- _Task details_: Copy nothing from the entries below except the lines from the one containing "face PLANE(AX(P(-2.5,-7.5,60),D(0,0,-1),D(-1,0,0))) rev" through the one containing "v47 (-2.5,7.5,67.5)", and copy those exactly.

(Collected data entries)
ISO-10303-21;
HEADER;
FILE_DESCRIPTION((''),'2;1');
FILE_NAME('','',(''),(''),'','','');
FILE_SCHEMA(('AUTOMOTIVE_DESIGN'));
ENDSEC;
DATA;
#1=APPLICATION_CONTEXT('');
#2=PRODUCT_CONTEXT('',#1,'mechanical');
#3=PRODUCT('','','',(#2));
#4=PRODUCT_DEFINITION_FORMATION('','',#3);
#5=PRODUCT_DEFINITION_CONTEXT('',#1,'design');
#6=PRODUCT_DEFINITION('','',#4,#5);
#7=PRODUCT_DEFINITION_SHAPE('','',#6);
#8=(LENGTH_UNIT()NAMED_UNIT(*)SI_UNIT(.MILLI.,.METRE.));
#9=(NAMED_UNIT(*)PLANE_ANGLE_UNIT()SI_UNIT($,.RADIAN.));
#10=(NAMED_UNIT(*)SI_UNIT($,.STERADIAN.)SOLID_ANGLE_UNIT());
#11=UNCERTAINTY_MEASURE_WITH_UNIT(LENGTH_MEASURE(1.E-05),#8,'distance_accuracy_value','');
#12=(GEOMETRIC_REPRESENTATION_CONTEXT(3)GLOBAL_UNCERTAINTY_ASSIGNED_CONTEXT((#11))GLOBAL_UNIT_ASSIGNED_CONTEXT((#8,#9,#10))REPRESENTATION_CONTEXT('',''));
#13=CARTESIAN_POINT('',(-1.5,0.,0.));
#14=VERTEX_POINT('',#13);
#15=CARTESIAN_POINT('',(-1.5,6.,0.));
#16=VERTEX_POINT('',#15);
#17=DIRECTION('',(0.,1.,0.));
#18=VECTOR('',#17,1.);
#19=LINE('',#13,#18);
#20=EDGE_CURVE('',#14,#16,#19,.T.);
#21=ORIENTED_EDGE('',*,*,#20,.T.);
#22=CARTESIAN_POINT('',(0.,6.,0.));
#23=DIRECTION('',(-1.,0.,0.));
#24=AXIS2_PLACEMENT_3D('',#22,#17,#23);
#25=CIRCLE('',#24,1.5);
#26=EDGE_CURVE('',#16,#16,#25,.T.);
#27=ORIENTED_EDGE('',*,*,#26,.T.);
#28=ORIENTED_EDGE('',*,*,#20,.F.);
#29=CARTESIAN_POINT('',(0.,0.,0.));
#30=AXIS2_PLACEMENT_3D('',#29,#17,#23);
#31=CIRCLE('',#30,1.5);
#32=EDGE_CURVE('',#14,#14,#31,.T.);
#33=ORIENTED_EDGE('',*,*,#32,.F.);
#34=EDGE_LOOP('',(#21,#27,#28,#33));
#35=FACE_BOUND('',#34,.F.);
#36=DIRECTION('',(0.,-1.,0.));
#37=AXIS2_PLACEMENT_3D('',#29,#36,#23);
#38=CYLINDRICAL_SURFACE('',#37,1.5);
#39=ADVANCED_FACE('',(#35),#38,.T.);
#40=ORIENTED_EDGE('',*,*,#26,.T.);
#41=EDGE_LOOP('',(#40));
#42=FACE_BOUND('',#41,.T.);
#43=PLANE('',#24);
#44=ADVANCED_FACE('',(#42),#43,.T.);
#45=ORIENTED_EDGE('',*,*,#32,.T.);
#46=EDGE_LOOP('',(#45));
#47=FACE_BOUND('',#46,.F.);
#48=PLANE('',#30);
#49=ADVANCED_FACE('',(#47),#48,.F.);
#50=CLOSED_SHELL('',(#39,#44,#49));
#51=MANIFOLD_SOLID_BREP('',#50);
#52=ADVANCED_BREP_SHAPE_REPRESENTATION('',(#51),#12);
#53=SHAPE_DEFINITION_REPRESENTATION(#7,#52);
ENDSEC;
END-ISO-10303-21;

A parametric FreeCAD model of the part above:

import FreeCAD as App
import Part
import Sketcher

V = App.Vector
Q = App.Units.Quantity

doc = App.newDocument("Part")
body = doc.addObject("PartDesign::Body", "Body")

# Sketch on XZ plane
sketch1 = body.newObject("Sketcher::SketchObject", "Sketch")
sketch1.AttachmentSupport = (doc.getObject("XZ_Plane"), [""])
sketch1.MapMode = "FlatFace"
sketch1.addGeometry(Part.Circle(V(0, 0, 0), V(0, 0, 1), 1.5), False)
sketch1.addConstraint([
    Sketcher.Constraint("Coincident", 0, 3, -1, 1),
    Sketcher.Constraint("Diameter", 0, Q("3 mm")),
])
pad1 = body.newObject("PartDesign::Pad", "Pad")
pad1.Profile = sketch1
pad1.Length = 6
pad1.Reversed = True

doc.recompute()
* * *
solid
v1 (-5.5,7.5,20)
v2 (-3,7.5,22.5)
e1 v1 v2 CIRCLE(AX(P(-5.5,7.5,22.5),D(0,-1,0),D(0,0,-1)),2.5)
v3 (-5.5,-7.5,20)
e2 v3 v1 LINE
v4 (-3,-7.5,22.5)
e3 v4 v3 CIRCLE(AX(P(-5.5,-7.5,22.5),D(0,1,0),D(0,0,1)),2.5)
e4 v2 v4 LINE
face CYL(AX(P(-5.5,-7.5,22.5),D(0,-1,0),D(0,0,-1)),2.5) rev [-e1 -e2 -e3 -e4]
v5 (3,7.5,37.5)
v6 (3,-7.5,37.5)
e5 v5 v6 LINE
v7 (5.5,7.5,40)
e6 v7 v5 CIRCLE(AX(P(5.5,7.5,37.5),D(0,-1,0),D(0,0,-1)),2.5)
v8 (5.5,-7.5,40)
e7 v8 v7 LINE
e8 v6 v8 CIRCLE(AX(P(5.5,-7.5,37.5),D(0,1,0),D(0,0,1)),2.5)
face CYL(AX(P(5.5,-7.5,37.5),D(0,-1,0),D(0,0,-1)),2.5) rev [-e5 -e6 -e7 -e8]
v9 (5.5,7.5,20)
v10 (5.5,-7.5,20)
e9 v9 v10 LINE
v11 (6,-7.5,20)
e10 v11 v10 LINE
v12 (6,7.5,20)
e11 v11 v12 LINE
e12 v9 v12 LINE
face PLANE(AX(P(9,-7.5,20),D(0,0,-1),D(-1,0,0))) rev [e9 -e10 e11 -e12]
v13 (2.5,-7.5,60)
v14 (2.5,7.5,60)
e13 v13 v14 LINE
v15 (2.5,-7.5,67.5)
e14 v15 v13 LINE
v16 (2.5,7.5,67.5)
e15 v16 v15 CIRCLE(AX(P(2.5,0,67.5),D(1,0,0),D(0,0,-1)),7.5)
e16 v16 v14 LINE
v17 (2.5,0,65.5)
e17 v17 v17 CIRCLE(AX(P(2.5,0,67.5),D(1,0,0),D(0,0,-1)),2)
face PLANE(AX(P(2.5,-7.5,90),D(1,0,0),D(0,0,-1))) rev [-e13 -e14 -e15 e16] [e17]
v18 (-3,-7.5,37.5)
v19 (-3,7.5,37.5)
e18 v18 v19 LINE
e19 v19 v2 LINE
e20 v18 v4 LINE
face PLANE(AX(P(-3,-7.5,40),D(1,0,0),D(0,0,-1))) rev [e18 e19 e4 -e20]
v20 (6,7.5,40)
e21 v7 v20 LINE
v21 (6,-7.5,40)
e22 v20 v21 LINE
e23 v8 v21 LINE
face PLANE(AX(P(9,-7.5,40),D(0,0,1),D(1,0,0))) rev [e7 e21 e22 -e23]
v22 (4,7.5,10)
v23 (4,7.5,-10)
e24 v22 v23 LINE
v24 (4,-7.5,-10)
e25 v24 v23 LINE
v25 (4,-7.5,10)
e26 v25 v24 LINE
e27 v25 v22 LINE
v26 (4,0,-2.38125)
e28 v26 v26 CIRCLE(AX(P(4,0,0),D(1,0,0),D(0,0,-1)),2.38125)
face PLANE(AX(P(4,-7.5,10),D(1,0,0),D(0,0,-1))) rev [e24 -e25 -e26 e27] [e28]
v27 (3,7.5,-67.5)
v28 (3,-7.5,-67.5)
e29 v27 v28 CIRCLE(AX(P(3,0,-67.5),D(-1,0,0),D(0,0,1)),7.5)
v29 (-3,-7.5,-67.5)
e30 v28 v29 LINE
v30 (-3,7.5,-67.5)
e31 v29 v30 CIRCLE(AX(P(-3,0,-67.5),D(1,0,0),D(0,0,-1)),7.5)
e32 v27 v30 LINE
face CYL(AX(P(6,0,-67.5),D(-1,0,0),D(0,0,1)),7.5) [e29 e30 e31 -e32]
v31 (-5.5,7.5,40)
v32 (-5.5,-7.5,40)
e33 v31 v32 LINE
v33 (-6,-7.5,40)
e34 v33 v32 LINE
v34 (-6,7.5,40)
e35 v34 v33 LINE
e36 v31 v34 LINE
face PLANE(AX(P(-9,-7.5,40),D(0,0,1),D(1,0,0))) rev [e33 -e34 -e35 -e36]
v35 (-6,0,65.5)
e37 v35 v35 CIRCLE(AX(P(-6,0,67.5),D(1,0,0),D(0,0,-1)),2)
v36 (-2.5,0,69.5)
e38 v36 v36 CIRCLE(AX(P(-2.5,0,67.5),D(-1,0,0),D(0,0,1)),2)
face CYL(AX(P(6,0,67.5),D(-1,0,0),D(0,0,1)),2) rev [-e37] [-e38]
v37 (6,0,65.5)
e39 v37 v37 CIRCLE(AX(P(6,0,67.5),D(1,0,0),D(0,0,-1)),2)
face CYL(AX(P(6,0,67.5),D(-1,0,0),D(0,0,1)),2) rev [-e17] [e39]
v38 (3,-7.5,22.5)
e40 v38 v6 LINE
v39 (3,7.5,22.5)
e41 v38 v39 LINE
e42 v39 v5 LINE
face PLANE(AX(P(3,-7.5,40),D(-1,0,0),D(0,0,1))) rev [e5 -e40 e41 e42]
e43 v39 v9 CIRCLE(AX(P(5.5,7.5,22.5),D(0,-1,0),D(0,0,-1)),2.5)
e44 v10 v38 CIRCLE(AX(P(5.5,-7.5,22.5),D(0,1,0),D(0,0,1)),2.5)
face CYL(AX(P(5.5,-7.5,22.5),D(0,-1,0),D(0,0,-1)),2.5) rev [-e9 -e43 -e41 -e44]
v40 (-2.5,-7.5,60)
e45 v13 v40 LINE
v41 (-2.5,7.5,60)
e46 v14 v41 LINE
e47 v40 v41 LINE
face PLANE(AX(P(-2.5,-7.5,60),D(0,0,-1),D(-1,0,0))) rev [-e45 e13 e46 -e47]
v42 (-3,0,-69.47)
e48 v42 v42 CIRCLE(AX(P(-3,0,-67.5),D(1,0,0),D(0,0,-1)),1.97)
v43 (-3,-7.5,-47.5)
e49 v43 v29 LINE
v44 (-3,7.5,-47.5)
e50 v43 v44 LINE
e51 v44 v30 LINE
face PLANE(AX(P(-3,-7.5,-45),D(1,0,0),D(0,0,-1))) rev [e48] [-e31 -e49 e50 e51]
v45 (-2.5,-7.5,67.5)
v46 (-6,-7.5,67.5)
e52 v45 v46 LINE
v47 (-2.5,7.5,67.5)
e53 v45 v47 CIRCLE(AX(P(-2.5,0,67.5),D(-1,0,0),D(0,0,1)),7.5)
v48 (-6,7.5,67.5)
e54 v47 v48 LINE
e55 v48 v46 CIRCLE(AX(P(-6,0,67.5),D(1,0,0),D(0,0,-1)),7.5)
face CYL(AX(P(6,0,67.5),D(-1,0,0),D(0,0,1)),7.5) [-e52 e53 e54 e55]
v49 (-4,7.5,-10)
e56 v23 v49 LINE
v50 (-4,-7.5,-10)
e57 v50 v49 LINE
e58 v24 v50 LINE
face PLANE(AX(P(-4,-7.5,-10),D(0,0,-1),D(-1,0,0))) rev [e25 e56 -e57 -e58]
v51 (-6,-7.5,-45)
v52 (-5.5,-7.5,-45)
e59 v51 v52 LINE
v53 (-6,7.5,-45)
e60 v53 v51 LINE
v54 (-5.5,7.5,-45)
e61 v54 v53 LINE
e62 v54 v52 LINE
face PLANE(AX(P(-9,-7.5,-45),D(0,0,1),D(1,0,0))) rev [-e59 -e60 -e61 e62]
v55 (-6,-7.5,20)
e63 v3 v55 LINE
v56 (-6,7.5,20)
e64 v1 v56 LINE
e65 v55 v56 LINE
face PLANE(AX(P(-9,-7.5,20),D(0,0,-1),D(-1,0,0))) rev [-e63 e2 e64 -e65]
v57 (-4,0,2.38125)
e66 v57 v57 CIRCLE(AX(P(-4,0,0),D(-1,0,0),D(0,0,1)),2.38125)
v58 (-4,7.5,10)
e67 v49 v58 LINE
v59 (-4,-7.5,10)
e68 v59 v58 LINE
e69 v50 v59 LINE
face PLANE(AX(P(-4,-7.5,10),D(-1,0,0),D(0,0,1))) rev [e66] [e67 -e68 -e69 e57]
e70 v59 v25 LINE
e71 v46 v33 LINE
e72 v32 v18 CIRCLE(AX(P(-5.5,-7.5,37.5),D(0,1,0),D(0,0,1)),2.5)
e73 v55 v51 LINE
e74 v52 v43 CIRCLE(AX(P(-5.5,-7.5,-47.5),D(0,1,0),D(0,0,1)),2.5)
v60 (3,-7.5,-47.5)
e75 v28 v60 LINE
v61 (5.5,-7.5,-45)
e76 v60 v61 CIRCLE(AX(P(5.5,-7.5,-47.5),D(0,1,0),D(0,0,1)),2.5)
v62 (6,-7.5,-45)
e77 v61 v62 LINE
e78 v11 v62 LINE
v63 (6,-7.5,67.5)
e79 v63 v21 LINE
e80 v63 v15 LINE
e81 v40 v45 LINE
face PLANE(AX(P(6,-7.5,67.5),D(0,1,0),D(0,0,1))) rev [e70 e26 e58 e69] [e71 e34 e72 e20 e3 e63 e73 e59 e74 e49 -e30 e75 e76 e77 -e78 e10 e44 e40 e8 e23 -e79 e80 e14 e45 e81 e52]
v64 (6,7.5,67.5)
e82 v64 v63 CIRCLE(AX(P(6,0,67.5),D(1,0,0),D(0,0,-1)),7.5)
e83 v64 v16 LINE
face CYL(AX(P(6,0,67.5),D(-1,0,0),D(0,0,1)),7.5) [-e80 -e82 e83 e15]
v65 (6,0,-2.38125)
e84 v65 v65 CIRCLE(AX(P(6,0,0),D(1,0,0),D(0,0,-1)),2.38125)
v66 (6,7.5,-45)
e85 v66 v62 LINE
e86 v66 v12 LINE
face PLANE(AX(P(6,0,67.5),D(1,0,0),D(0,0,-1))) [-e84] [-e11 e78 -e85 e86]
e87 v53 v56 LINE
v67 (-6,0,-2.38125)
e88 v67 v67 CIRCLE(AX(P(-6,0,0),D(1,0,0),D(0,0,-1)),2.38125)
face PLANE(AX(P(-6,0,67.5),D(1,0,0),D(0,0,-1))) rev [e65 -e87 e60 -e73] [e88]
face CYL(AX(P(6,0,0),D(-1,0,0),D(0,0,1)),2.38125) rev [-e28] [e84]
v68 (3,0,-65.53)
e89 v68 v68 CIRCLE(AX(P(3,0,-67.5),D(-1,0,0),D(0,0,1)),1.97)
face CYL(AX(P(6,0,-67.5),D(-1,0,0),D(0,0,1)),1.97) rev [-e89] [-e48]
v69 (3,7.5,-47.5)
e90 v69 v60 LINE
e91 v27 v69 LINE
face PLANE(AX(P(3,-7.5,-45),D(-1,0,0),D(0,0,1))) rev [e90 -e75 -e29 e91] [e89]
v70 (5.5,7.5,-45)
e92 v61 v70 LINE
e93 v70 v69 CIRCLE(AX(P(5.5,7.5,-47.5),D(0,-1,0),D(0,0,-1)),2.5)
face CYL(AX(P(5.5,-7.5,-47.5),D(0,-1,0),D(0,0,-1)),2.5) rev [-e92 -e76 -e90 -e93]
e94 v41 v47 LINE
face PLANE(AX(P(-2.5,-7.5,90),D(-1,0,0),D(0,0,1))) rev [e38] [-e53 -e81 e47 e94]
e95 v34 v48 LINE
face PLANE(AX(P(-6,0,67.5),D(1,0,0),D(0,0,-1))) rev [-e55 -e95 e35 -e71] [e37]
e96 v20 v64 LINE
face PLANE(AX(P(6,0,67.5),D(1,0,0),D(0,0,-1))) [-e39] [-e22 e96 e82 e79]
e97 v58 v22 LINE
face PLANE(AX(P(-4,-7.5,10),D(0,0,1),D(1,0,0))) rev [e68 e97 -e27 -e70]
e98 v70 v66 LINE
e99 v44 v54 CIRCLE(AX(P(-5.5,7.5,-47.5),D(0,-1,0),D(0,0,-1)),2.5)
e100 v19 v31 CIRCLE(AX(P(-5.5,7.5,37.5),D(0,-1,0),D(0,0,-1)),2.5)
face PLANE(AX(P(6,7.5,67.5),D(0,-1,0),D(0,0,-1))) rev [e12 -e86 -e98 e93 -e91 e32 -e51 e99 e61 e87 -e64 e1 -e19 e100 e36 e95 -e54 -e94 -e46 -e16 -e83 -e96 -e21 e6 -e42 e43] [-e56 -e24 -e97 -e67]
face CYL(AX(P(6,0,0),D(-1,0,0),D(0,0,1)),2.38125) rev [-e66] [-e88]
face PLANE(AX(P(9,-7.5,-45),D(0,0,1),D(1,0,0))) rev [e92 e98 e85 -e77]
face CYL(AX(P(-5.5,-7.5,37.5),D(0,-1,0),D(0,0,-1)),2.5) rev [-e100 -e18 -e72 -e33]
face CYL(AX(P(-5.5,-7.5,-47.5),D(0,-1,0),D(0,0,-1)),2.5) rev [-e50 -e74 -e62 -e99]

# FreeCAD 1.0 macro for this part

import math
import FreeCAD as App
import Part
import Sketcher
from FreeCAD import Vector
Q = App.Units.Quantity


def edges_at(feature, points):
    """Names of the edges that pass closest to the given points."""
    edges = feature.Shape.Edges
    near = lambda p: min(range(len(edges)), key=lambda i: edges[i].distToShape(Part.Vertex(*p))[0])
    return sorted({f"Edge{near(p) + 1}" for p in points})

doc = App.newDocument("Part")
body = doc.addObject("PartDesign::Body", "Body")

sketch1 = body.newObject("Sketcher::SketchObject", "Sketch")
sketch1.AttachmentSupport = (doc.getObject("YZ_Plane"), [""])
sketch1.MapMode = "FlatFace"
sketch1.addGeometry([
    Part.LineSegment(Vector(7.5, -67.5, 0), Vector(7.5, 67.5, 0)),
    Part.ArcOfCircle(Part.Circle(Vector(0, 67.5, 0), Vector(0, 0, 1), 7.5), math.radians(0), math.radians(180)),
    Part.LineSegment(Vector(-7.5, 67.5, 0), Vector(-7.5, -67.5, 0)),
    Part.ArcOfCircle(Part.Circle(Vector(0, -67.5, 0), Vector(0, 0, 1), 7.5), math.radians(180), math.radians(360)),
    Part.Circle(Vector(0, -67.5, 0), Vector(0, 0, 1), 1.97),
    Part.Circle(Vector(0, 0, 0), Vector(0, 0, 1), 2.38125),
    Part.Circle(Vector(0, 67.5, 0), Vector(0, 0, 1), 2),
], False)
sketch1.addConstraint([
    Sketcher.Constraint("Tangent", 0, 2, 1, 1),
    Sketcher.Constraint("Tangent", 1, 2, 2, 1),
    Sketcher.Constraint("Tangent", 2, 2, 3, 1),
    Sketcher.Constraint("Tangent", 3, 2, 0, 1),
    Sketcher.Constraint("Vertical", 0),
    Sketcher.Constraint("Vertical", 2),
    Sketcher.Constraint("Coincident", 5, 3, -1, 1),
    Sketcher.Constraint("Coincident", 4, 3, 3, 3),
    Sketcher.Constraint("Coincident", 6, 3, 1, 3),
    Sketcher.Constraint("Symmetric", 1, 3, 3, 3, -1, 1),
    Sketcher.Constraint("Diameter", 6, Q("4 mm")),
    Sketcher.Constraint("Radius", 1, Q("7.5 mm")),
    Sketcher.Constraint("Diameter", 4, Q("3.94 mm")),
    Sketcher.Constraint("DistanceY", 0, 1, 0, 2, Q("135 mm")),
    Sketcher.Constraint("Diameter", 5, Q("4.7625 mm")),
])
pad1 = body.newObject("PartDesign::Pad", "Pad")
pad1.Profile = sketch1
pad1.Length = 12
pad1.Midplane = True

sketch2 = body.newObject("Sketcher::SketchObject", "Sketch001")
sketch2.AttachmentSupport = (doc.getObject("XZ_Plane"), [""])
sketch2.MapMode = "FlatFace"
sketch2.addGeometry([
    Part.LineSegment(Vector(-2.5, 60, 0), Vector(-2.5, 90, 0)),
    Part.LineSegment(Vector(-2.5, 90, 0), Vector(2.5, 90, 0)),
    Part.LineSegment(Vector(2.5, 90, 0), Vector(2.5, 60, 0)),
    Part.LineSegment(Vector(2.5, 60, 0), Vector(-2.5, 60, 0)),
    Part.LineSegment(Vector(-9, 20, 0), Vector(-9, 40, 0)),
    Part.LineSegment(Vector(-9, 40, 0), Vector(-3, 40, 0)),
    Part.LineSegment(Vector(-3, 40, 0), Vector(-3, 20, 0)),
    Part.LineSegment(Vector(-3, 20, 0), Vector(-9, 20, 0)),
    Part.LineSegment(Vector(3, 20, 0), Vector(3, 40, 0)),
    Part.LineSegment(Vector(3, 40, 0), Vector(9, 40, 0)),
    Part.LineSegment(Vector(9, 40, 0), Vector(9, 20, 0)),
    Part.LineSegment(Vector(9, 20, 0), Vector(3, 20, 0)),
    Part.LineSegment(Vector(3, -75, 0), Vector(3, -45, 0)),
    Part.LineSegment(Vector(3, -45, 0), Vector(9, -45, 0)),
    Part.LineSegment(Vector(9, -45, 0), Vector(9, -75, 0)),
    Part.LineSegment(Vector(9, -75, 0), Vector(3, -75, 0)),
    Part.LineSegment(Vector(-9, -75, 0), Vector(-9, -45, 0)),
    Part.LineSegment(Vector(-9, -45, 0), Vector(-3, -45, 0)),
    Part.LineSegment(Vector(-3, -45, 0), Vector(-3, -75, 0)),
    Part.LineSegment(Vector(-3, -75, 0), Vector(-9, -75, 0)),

- _Written answer_:
face PLANE(AX(P(-2.5,-7.5,60),D(0,0,-1),D(-1,0,0))) rev [-e45 e13 e46 -e47]
v42 (-3,0,-69.47)
e48 v42 v42 CIRCLE(AX(P(-3,0,-67.5),D(1,0,0),D(0,0,-1)),1.97)
v43 (-3,-7.5,-47.5)
e49 v43 v29 LINE
v44 (-3,7.5,-47.5)
e50 v43 v44 LINE
e51 v44 v30 LINE
face PLANE(AX(P(-3,-7.5,-45),D(1,0,0),D(0,0,-1))) rev [e48] [-e31 -e49 e50 e51]
v45 (-2.5,-7.5,67.5)
v46 (-6,-7.5,67.5)
e52 v45 v46 LINE
v47 (-2.5,7.5,67.5)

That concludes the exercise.